◆ **EXCERPTED DATA**
--------------------------------

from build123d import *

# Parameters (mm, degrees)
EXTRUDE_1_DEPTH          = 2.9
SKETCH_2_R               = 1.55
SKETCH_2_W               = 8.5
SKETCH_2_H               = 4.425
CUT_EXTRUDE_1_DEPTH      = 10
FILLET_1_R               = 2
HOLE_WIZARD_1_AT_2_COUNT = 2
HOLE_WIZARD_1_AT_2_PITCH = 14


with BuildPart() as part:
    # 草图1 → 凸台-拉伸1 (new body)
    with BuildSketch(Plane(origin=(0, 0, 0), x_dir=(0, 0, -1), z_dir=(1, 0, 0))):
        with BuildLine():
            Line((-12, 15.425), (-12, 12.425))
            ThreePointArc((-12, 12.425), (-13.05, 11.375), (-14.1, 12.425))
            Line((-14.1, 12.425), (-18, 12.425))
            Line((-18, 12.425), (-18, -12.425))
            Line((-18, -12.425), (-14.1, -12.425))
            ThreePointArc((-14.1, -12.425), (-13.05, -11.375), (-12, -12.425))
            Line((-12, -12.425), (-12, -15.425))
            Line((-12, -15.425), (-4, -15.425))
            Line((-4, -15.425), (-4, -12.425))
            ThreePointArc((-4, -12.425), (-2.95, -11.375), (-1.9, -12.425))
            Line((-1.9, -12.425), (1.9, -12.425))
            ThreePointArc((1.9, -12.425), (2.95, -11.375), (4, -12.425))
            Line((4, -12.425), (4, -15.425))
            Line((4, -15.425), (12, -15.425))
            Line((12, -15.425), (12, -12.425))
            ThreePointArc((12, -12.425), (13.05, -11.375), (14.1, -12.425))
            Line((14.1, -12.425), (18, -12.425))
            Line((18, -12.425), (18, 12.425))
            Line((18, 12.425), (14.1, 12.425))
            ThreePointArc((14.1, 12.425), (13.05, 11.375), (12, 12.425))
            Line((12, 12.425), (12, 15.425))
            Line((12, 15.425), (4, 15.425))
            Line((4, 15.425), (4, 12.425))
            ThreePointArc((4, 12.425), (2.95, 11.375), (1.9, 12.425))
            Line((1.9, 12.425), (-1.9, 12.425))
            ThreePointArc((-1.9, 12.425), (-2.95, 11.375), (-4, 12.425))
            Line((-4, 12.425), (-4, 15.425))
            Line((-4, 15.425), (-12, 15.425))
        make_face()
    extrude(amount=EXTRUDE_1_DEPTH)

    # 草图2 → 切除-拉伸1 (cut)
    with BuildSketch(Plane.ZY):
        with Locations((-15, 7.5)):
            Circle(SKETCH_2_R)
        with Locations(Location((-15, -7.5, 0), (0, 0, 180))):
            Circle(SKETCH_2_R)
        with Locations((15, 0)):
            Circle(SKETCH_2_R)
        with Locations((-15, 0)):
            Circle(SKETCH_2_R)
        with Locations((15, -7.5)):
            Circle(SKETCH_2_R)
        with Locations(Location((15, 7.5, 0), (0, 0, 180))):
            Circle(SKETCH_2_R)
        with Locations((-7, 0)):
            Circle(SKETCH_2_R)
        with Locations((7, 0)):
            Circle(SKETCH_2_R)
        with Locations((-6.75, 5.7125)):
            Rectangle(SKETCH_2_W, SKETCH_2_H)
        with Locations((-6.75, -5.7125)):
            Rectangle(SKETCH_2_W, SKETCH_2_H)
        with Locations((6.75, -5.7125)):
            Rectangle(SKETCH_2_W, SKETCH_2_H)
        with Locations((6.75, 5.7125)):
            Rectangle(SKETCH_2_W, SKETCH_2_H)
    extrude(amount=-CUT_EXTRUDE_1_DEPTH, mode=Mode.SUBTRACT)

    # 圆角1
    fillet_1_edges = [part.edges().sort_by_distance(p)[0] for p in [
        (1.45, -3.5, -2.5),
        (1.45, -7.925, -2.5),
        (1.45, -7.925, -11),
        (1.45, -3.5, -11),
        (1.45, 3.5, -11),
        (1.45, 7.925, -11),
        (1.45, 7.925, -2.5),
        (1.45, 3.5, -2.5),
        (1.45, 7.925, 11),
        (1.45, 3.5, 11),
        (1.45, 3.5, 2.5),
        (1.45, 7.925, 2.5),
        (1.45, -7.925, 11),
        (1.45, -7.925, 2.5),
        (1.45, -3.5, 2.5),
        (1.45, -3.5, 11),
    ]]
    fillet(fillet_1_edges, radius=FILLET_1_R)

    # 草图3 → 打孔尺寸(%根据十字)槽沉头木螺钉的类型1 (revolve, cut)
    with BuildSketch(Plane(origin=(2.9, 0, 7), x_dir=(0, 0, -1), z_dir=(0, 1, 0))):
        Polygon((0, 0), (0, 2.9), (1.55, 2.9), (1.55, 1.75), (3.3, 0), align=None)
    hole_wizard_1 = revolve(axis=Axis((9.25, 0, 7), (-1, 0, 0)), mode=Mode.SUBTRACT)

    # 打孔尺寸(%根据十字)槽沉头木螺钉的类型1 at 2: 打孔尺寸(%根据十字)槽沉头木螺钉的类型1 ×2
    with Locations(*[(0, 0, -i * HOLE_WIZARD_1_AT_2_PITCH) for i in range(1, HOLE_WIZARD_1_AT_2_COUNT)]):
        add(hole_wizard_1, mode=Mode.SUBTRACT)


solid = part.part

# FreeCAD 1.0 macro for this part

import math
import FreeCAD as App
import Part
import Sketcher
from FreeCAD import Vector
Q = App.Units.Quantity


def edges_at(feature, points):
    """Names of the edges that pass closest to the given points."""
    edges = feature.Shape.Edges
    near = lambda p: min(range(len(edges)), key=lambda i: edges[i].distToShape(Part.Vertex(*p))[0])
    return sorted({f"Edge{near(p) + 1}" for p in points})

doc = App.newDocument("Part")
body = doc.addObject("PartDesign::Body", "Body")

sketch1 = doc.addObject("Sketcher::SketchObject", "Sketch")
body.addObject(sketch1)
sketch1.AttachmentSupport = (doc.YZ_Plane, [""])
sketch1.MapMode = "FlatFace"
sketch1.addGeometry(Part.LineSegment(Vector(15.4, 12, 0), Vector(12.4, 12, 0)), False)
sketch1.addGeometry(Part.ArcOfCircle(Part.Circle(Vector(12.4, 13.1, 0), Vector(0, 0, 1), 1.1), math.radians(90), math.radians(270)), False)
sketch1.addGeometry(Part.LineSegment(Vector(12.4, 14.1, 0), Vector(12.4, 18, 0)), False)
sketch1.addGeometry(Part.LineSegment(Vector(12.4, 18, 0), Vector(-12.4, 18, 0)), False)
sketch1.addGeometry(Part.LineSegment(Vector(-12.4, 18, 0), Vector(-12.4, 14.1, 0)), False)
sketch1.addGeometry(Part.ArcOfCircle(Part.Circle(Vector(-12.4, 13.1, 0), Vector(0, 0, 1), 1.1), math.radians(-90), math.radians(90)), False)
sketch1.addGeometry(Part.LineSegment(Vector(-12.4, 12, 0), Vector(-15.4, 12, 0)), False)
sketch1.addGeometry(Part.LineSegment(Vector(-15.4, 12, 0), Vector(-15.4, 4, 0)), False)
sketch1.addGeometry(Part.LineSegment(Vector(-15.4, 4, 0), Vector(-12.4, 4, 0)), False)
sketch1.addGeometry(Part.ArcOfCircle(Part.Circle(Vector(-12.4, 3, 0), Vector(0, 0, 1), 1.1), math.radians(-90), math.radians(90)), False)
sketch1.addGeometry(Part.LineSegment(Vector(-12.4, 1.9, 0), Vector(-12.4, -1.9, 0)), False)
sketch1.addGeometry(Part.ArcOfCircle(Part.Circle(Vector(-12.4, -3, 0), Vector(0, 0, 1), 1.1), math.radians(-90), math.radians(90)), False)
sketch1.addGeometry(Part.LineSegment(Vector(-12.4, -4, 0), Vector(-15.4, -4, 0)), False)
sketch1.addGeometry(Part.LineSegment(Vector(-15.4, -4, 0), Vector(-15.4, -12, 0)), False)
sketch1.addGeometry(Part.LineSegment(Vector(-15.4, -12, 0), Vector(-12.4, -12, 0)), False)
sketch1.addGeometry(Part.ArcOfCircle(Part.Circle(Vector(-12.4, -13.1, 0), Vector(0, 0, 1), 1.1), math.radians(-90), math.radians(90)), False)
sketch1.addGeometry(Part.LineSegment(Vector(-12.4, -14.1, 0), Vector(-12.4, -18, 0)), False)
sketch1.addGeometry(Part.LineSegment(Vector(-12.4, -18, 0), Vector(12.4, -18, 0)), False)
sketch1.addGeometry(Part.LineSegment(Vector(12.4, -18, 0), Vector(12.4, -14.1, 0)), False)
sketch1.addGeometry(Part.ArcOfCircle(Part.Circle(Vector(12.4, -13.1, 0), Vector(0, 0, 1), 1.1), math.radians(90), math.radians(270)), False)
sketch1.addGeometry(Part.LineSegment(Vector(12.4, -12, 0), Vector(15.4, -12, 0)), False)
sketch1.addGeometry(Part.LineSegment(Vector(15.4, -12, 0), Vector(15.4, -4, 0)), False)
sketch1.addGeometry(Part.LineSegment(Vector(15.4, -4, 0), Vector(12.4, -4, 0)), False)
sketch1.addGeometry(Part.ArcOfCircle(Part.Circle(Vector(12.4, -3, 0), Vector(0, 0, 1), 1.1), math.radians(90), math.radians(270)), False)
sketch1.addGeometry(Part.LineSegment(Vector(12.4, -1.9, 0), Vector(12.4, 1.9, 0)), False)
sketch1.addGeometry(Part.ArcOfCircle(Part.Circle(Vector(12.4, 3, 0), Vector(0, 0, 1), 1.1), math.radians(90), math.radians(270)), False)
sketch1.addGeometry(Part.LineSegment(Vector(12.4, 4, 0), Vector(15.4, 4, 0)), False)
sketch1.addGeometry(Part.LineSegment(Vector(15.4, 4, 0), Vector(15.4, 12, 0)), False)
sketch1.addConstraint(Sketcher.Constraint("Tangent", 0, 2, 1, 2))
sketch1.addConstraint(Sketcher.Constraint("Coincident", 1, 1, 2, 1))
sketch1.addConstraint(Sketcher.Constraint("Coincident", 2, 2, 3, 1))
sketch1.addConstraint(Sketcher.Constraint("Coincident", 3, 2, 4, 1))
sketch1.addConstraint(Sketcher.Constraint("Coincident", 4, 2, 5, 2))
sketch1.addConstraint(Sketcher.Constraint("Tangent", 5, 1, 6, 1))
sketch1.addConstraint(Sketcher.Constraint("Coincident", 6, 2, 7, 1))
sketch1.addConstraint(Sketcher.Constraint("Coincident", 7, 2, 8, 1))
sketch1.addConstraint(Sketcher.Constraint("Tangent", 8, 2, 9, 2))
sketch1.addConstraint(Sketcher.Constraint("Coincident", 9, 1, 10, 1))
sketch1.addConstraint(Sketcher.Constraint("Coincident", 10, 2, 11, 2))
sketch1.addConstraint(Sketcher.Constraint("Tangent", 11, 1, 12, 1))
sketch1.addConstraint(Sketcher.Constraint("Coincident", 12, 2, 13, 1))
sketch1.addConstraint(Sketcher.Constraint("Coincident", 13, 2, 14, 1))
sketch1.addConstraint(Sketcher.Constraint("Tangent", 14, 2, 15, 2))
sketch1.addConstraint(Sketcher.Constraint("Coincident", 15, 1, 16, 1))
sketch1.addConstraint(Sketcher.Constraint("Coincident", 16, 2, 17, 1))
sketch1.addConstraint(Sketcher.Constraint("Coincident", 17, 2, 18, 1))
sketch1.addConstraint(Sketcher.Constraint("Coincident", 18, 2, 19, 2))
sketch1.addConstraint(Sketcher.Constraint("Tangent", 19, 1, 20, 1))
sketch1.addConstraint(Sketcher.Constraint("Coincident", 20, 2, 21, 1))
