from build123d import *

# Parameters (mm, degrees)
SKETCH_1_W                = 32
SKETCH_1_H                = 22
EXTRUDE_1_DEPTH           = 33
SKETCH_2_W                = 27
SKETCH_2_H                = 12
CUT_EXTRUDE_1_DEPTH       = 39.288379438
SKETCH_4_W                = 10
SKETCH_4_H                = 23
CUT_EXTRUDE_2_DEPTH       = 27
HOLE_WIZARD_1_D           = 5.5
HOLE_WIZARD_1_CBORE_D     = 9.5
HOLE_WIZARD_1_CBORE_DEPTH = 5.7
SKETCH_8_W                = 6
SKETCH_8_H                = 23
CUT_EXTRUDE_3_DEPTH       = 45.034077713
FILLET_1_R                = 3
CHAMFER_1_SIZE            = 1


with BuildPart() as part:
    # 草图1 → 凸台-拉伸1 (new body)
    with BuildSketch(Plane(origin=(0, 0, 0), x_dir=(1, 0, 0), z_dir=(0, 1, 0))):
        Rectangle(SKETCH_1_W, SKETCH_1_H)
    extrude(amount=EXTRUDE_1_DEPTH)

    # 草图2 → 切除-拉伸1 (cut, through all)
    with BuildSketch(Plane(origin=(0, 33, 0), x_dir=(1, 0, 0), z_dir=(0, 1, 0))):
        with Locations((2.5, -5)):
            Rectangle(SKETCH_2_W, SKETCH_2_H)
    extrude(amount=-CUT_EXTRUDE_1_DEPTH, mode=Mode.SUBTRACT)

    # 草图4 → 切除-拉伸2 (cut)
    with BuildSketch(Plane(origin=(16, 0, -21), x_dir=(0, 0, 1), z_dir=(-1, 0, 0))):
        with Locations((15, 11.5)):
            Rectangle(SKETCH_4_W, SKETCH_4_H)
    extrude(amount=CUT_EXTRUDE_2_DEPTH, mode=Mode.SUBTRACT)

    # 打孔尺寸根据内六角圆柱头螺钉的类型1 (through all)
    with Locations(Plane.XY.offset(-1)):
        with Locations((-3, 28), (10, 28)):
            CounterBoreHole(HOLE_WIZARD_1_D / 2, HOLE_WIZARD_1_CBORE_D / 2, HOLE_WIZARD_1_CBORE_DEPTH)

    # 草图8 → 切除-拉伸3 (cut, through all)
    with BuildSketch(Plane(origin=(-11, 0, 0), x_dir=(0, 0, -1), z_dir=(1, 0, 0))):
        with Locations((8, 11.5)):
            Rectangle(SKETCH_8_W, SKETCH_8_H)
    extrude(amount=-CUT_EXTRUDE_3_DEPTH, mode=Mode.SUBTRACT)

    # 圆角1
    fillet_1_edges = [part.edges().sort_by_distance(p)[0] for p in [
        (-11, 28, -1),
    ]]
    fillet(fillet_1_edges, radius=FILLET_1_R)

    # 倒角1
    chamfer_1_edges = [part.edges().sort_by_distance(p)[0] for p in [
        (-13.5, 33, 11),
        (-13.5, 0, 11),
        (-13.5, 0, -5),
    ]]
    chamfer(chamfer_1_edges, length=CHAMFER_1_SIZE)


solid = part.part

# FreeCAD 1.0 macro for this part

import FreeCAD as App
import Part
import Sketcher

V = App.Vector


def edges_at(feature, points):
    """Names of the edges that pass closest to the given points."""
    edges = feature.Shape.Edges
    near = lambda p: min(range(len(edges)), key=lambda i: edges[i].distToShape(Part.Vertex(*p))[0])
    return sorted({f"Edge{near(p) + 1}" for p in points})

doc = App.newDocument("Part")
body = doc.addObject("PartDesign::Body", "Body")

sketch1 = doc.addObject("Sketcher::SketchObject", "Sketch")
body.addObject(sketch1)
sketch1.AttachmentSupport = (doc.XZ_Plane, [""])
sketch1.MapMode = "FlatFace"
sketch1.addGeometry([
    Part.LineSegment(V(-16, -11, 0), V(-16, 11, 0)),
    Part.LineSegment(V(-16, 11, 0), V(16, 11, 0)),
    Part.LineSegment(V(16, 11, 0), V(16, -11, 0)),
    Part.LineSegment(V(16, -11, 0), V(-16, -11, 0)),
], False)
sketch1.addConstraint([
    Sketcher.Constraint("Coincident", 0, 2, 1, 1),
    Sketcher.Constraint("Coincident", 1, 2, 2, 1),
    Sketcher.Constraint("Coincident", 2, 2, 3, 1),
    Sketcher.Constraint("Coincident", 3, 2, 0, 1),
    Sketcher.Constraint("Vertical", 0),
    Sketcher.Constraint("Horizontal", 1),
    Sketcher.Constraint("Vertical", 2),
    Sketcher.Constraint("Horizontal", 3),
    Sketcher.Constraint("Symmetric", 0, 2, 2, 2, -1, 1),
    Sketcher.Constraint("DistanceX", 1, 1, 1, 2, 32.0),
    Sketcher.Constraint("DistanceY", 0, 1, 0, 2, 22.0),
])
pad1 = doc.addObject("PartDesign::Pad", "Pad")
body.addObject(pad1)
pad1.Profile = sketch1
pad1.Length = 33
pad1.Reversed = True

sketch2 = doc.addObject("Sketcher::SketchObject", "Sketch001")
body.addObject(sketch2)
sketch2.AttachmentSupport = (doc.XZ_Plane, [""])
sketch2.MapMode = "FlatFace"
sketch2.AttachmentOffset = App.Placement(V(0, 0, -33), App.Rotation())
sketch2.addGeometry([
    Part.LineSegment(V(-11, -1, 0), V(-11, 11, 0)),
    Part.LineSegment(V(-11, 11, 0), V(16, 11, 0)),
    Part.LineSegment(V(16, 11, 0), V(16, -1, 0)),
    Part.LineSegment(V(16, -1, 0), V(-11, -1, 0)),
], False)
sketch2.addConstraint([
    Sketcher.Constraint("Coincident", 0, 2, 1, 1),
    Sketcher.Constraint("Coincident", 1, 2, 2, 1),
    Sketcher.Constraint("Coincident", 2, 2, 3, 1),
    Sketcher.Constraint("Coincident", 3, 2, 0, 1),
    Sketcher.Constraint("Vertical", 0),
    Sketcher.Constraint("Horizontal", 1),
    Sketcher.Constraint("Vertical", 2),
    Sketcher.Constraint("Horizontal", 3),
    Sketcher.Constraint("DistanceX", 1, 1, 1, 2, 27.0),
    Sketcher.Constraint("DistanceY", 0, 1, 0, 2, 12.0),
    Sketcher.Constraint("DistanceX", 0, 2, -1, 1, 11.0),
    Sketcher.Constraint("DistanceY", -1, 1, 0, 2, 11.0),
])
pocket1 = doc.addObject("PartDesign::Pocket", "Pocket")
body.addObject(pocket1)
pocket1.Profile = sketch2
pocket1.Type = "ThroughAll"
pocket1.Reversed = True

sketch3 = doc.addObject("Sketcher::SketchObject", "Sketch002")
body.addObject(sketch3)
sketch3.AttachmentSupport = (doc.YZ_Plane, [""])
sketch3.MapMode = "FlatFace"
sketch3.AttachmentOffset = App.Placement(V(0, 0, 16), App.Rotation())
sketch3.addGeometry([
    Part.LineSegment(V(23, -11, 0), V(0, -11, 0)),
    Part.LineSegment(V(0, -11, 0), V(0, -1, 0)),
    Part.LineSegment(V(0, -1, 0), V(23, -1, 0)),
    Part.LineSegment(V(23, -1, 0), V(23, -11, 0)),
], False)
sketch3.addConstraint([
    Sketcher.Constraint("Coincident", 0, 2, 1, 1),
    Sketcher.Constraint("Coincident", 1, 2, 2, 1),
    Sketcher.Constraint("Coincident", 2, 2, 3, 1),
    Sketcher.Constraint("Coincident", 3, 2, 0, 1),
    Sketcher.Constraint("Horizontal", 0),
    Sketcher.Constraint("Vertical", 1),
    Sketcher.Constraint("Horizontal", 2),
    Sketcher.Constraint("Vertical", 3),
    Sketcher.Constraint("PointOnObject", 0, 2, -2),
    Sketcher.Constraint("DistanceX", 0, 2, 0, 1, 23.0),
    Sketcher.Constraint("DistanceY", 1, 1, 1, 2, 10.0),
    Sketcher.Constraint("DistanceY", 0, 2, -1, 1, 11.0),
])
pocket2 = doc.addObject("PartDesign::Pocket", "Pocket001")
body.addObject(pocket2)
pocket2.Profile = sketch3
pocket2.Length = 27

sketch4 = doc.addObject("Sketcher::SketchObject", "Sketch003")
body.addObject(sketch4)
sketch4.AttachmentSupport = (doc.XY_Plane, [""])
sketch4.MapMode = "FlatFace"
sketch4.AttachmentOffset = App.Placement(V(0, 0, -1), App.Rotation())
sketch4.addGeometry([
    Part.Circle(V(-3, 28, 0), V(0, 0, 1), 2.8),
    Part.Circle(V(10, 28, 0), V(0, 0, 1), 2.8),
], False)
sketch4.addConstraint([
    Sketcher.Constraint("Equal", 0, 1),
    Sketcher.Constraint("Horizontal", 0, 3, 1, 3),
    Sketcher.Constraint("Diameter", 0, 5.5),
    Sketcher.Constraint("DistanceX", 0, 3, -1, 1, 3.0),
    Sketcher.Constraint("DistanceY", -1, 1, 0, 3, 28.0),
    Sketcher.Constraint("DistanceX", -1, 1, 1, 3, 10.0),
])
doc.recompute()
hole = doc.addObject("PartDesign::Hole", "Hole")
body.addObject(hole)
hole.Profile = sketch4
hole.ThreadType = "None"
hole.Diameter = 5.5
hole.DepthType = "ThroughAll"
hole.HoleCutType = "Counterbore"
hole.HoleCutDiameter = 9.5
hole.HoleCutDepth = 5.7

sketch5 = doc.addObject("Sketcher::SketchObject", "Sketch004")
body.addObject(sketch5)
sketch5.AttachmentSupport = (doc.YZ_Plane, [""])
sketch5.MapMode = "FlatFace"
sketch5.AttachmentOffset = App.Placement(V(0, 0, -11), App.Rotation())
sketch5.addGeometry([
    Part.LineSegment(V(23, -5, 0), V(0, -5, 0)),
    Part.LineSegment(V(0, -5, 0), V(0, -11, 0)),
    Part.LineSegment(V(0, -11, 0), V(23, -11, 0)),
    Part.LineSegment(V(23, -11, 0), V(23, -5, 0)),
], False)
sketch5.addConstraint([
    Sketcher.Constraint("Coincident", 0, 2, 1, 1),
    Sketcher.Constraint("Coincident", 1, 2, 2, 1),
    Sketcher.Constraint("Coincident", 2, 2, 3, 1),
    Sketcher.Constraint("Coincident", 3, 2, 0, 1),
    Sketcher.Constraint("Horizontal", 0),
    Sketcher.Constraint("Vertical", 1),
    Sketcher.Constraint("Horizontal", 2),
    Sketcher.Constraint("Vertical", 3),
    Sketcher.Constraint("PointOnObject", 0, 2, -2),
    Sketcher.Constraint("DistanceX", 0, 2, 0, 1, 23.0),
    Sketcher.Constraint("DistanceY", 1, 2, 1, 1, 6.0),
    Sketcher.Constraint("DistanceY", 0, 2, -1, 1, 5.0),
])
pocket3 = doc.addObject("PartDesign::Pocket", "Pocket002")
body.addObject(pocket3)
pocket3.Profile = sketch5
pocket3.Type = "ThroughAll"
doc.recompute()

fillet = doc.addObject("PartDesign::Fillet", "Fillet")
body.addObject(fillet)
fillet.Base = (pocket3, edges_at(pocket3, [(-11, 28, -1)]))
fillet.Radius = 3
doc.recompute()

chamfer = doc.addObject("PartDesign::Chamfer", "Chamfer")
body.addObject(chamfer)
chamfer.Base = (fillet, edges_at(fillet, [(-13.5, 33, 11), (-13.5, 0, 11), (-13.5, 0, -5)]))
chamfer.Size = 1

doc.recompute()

--------------------------------

Which lines above include "SUBTRACT"? Show each of them by copying it.

    extrude(amount=-CUT_EXTRUDE_1_DEPTH, mode=Mode.SUBTRACT)
    hole_wizard_1 = revolve(axis=Axis((9.25, 0, 7), (-1, 0, 0)), mode=Mode.SUBTRACT)
        add(hole_wizard_1, mode=Mode.SUBTRACT)
    extrude(amount=-CUT_EXTRUDE_1_DEPTH, mode=Mode.SUBTRACT)
    extrude(amount=CUT_EXTRUDE_2_DEPTH, mode=Mode.SUBTRACT)
    extrude(amount=-CUT_EXTRUDE_3_DEPTH, mode=Mode.SUBTRACT)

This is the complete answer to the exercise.